Se verifichiamo i passaggi normativi riguardo la Salute, troviamo in Costituzione DUE articoli e non uno.
Infatti, fino alla Crisi del Petrolio di quasi 50 anni fa, avevamo l’Istituto Nazionale Assistenza Medica per l’art. 32 e la Mutue dei vari ordini e comparti di lavoro per l’art. 38.

art 32

Poi, nel 1974, mentre esplodeva il costo del petrolio e crollavano la Lira, la Sovranità e il Bengodi italiani, molte Mutue fallirono e le Regioni vennero preposte temporaneamente al Servizio Sanitario.

Che le intenzioni non fossero delle migliori fu chiaro fin dall’inizio: l’idea era quella di assorbire anche le Mutue sane (leggasi ENPAS, con milioni di dipendenti pubblici), onde compensare l’incapienza finanziaria di quelle dei settori sociali incontribuenti.
Ma andò peggio, dato che la storia d’Italia degli Anni ’80 fu un continuo rinnovarsi di bilanci sanitari regionali finiti in tribunale (Corte dei Conti Regionale – CoReCo), fino al crollo della Lira (… un’altra volta) del 1994.

E fu in quegli anni che l’articolo 38 della Costituzione venne del tutto accantonato per passare alla “Sanità Universale”, estendendo ai non contribuenti quello che già il lavoratori si garantivano versando il 9,9% del reddito.

art 38

Letto cosa prevede l’art. 38 e che non c’è più da due generazioni, eccetto per le elite che hanno conservato le Mutue, è evidente che la Sanità Universale consisteva in una ‘spalmatura solidale’ delle risorse, una ‘redistribuzione’ in cui i “lavoratori ai sensi dell’art. 38” provvedevano anche ai “non lavoratori ai sensi dell’art. 32”.
Sarà per questo che sanità e pensioni sono un colabrodo?

Per i nostri ottimisti padri della II Repubblica, l’ipotesi era ‘anglosassone’ con lo Stato controllore, le Regioni amministratrici e le aziende erogatrici: così iniziammo.

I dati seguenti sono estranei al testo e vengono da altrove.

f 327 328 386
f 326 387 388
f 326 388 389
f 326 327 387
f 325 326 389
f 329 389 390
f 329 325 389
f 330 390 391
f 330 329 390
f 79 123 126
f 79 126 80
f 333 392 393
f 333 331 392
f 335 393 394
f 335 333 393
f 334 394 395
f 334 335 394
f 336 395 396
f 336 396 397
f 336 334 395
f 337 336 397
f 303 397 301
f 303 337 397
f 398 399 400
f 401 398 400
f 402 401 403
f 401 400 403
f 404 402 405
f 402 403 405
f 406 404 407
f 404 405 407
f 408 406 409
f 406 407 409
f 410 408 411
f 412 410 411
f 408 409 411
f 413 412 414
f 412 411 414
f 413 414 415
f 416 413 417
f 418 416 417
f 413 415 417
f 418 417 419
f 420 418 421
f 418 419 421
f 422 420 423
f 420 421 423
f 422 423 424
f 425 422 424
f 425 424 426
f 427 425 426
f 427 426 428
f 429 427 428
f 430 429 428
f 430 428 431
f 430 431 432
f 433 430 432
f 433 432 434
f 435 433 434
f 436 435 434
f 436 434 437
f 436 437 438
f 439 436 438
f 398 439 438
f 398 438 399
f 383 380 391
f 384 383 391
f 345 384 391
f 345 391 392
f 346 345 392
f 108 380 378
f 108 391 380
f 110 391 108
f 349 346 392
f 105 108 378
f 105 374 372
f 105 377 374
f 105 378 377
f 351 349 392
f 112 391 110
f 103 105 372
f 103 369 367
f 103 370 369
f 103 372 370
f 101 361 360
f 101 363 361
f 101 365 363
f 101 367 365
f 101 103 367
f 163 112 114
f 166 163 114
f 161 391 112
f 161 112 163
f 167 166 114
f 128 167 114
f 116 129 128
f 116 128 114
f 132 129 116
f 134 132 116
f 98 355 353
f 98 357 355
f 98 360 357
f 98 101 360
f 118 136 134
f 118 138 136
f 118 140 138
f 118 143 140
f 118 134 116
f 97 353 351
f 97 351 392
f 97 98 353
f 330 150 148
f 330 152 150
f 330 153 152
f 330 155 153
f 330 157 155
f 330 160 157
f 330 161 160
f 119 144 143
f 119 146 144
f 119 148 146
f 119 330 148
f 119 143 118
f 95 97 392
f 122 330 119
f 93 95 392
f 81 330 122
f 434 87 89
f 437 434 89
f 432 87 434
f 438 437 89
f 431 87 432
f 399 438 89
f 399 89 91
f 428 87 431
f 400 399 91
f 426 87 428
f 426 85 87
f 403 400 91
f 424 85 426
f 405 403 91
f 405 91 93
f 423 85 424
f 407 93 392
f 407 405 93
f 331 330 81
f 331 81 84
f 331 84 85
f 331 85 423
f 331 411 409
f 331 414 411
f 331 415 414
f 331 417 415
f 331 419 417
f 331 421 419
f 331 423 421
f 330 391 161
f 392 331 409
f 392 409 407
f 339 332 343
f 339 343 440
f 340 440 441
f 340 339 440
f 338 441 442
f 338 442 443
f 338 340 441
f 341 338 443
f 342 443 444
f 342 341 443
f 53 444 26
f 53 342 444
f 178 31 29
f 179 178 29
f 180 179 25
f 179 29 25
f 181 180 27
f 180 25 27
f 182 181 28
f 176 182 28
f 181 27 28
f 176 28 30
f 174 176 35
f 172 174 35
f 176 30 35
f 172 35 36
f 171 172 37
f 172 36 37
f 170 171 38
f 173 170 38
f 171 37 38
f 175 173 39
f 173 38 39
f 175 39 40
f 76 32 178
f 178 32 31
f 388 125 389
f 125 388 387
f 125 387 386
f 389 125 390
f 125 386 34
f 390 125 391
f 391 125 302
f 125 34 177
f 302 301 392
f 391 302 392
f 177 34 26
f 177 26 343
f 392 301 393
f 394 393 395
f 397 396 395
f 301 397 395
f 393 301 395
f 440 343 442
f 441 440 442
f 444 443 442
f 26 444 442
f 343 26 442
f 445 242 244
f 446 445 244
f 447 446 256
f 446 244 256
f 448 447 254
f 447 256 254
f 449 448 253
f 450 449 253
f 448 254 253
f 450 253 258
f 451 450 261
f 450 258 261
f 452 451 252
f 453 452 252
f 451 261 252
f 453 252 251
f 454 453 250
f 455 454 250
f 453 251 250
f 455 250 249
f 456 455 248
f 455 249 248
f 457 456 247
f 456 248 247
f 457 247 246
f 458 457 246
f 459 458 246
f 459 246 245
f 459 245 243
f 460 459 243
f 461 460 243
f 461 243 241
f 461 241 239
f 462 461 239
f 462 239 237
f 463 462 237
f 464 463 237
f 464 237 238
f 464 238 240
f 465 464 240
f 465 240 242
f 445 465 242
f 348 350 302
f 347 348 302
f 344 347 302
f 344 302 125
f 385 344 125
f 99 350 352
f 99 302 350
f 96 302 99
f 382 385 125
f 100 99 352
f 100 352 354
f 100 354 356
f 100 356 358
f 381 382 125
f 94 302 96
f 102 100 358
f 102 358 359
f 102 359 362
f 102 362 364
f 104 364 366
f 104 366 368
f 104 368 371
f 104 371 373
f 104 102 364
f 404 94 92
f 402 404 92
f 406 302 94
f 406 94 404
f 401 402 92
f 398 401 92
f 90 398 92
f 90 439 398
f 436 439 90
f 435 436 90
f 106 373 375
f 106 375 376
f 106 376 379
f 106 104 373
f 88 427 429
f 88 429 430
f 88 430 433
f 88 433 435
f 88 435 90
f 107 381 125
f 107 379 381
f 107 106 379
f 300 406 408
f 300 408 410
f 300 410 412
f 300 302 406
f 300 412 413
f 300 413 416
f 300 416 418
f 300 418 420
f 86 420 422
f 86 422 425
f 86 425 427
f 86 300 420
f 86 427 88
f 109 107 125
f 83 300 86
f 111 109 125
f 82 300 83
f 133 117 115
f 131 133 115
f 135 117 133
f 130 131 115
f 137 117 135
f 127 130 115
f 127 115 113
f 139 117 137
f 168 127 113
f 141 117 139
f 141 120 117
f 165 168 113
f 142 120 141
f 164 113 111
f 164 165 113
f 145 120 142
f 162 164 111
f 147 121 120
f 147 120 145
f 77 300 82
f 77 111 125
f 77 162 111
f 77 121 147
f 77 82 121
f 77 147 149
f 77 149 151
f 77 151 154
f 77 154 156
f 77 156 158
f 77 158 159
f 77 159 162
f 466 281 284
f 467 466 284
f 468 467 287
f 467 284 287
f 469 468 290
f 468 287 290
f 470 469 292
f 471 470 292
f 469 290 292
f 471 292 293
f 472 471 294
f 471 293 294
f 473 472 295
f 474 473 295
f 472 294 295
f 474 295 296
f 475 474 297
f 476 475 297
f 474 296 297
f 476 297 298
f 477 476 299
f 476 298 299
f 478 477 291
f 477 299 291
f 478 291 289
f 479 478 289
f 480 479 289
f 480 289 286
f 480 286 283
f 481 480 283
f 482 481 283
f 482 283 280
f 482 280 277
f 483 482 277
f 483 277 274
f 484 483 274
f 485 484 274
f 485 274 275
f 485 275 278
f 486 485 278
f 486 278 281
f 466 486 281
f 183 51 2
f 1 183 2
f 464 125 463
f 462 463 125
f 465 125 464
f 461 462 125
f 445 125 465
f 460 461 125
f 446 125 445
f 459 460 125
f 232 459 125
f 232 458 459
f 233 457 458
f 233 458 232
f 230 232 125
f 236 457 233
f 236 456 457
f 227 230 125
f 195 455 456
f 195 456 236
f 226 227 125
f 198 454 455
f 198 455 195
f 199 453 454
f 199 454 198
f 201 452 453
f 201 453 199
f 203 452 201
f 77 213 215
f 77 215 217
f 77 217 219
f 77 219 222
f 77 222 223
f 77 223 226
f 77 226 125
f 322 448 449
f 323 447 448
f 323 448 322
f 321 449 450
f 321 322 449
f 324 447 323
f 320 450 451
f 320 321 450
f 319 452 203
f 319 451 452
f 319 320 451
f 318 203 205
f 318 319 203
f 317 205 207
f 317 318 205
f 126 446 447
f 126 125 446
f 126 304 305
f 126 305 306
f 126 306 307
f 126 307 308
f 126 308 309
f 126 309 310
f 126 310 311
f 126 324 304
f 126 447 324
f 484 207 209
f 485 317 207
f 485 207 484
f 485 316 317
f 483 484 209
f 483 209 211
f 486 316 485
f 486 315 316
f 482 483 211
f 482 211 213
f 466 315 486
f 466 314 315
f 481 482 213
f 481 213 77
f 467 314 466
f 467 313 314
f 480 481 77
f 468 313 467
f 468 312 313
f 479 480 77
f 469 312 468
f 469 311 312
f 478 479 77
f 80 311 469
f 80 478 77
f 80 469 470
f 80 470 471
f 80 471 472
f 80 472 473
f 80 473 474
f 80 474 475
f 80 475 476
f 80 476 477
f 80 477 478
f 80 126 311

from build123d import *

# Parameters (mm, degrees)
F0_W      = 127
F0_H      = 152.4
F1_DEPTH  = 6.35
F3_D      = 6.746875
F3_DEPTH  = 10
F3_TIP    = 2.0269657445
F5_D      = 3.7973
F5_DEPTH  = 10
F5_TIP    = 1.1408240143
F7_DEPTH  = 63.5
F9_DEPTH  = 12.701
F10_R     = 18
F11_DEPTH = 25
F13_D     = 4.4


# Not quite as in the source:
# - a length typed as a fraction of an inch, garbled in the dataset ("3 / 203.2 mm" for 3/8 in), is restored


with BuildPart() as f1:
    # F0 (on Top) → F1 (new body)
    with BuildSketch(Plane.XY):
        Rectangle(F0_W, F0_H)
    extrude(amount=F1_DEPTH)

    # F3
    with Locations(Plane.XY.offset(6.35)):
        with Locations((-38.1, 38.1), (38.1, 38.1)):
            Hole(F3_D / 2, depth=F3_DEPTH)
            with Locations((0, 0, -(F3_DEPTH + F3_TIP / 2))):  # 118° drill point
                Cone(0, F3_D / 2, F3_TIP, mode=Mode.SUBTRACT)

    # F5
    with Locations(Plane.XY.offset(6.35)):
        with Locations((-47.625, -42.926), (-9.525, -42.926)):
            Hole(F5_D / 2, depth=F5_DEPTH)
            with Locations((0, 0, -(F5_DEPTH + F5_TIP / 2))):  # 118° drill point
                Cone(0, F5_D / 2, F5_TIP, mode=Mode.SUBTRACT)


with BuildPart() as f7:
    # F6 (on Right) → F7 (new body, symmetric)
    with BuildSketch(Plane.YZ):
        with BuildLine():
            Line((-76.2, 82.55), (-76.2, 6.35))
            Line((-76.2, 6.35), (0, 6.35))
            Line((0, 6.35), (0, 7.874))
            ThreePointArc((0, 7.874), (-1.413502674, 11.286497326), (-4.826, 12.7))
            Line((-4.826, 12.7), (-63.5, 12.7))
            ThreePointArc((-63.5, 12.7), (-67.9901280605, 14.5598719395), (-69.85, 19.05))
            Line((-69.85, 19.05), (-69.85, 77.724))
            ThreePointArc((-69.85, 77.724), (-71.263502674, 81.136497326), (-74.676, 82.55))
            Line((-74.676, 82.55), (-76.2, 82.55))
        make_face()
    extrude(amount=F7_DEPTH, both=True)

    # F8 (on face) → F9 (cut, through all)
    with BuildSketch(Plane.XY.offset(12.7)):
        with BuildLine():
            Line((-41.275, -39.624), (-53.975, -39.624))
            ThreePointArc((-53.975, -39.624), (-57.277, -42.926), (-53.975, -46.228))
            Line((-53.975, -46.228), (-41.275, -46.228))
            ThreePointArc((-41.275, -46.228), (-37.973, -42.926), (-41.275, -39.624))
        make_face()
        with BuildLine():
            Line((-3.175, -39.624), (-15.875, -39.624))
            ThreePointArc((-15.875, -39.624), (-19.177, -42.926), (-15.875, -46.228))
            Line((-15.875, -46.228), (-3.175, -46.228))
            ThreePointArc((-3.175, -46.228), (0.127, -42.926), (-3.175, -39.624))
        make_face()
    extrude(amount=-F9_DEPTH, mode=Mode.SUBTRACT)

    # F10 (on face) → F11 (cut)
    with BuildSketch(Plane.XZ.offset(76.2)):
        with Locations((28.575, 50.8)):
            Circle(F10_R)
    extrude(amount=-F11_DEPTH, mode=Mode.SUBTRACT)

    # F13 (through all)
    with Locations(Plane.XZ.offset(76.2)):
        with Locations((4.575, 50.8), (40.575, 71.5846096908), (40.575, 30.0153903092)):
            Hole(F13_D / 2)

Poi, la riforma del Titolo V della Costituzione in cui

  1. lo Stato abdicava ai propri poteri,
  2. le Regioni potevano proseguire con la burocrazia malasanitaria e sprecona condannata ai tempi dei CoReCo,
  3. i CoReCo nel frattempo erano stati depotenziati, 
  4. le ‘Aziende’ (ASL) restavano dei nani ambulatoriali e dei giganti burocratici
  5. le Facoltà Mediche assurgevano ad Enti Territoriali diventando conglomerati di servizi cheap, ricoveri ordinari, pronti soccorsi eccetera, cioè si trasformavano in ‘aziende’, ‘posti di lavoro’ e ‘appalti’.

Arrivati alla terza crisi finanziaria nazionale in cinquant’anni (non dimentichiamolo), l’Italia del III Millennio dovette tirare la cinghia e scegliere se cambiare o mantenere l’esistente.
Era iniziata già anni prima della batosta, con la ‘brillante’ soluzione di mantenere l’esistente (e gli sprechi) con i ‘nostri soldi’ e cambiare, usando i soldi dell’Europa (progetti) … peccato che questi denari erano per il sociale, per la formazione, per l’innovazione, per le reti sociali ma non per la Sanità, intanto divenuta ‘sociosanitaria’ … guarda caso.
Sanità obsoleta e Welfare a progetto: è anche questo il lascito di chi governava le Regioni venti anni fa.

Dicevamo della batosta: anno domini 2010.
Anche stavolta c’era da cambiare o mantenere: tagliare rami morti, innestando quelli nuovi. Furono tagliati i rami deboli, non quelli morti, e di nuovo si è visto poco, perchè le ASL restavano depotenziate e, con loro, i Livelli Essenziali di Assistenza per le malattie croniche e quelle rare.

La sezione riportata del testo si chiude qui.